# Tapering Jig off miter.



## RussellAP (Feb 21, 2012)

Most of the reviews I've read on tapering jigs are all done from the fence, and people don't like them because they slip and are dangerous. 
I watched a video on making a tapering jig that works on the miter slot so I decided to build it. It takes about 30 minutes to make it, unless you figure on a trip to Lowes for that long screw, like I did.

I didn't get real fancy with this, just used what I had laying around. The jig is 37 inches long and about 8 inches wide. Here it is assembled.










The angled board on the left serves as a stop for the upper part of the work. 









Just cut a few notches in the hold down stock so it can be used on different thickness.










The bottom has an alignment guide to keep tight. You can screw this in as needed where ever your board ends. 

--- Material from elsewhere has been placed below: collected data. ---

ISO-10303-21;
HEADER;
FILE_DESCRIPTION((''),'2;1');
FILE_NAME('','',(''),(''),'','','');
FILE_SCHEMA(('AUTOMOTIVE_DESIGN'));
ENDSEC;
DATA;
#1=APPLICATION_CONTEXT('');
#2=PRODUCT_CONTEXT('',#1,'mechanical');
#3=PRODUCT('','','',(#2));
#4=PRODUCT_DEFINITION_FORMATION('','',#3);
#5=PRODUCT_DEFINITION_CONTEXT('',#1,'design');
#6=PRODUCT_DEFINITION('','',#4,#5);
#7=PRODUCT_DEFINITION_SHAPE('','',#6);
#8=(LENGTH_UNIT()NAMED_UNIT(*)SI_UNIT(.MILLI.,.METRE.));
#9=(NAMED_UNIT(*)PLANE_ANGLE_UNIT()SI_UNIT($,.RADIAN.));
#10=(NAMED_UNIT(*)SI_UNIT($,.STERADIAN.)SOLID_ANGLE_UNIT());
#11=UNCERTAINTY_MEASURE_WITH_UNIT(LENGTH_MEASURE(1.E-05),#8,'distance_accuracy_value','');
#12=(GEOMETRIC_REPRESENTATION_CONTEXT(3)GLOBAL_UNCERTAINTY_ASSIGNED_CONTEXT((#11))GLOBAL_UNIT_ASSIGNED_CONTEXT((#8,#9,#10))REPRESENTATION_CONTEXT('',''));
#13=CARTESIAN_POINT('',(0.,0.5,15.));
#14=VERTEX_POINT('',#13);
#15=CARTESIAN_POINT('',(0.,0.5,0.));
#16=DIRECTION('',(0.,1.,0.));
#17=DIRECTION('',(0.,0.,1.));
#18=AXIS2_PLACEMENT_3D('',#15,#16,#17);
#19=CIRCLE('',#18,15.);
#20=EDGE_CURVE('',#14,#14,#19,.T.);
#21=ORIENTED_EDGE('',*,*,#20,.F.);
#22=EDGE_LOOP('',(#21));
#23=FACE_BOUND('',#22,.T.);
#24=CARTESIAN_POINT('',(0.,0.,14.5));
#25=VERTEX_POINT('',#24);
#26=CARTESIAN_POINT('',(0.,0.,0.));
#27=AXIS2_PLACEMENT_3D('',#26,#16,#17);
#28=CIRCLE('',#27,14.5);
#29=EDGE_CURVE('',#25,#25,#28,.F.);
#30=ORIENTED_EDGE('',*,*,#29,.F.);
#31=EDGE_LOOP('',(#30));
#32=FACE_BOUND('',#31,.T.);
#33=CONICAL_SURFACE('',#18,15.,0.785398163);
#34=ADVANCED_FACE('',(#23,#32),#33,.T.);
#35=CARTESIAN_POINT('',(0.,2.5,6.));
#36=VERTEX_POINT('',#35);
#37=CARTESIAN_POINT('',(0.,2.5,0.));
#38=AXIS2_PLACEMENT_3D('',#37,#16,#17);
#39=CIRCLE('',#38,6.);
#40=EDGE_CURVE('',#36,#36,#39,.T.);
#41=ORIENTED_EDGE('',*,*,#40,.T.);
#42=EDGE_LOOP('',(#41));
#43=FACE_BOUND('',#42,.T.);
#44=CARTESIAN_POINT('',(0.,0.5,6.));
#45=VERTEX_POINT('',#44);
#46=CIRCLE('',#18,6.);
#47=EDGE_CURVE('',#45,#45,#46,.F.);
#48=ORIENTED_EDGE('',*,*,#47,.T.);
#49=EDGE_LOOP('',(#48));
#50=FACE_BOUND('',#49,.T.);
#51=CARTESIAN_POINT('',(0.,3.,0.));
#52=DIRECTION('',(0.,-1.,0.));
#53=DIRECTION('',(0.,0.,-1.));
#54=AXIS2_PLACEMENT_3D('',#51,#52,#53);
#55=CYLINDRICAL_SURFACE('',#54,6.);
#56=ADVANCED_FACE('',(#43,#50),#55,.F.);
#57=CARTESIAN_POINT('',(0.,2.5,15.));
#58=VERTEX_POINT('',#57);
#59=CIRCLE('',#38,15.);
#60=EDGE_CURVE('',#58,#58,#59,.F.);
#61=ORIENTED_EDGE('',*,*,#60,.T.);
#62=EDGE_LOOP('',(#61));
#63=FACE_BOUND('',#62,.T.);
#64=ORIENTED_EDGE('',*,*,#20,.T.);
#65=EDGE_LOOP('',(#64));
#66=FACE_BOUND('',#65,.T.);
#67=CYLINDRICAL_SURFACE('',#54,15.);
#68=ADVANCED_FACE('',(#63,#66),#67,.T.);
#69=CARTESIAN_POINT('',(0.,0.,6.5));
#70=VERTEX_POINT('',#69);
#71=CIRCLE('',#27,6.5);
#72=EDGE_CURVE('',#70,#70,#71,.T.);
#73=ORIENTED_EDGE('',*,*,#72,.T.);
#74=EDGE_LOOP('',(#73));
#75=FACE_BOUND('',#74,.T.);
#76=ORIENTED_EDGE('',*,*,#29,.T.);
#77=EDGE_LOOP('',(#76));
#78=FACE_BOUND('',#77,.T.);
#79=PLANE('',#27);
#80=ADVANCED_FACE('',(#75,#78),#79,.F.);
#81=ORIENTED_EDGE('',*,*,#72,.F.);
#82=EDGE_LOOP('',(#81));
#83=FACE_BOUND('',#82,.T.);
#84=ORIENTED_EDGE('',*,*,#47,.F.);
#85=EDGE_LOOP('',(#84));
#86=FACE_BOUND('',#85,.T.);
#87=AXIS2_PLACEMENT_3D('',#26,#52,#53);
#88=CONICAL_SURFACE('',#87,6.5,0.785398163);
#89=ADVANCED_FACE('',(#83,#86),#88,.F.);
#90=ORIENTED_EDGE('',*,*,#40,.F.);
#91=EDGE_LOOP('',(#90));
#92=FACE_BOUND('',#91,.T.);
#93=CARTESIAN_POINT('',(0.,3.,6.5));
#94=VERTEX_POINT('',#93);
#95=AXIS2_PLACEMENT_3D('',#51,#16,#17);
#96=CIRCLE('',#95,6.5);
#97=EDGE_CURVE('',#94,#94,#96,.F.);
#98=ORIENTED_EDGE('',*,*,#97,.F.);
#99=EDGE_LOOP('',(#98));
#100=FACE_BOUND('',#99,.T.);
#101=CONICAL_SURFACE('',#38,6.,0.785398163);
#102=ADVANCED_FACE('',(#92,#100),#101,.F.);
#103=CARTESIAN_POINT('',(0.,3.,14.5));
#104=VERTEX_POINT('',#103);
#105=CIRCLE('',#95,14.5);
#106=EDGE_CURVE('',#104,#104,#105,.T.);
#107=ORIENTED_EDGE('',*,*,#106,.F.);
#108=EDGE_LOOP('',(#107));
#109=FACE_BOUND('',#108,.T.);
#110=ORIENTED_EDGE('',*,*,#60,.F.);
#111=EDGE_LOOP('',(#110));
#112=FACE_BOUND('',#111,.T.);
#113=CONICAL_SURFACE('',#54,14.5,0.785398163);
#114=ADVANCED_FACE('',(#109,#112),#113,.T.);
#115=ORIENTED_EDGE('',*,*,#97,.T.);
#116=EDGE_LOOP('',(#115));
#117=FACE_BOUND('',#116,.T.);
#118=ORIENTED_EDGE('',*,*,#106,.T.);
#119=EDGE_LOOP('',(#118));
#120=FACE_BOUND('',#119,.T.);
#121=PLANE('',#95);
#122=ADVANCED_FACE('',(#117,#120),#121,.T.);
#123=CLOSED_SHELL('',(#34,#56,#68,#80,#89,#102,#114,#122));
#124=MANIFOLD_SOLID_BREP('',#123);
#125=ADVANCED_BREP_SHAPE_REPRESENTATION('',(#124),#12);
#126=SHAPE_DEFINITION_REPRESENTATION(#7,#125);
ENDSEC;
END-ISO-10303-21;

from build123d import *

# Parameters (mm, degrees)
SKETCH_1_R      = 15
SKETCH_1_R_2    = 6
EXTRUDE_1_DEPTH = 3
CHAMFER_1_SIZE  = 0.5


with BuildPart() as part:
    # Эскиз1 → Бобышка-Вытянуть1 (new body)
    with BuildSketch(Plane(origin=(0, 0, 0), x_dir=(1, 0, 0), z_dir=(0, 1, 0))):
        with Locations(Location((0, 0, 0), (0, 0, 270))):
            Circle(SKETCH_1_R)
        with Locations(Location((0, 0, 0), (0, 0, 270))):
            Circle(SKETCH_1_R_2, mode=Mode.SUBTRACT)
    extrude(amount=EXTRUDE_1_DEPTH)

    # Фаска1
    chamfer_1_edges = [part.edges().sort_by_distance(p)[0] for p in [
        (0, 0, -15),
        (0, 3, -15),
        (0, 0, -6),
        (0, 3, -6),
    ]]
    chamfer(chamfer_1_edges, length=CHAMFER_1_SIZE)


solid = part.part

The runner is cut a little loose in the slot so as you cut the work you push the sled toward the blade and when you draw it back you hold it to the left leaving some play between the work and the blade so you don't scar the work.










I tried it and it works like a champ.


----------



## pete724 (Mar 9, 2016)

I built one of these.






It does go against the fence but there is no reason you couldn't make one with a miter guide bar instead.


----------



## rwe2156 (May 7, 2014)

I've never seen it as an issue, so long as you just pay attention to what your doing (which you're supposed to do no matter what, right?). I suppose if one is worried about this, they can use a feather board against the jig base.

For those interested, I've found Latta's version to be the best I've seen. And it has a lip to keep it against the fence. It can easily do 4 sided tapers. I'm going to build one the next time I do tapers.


----------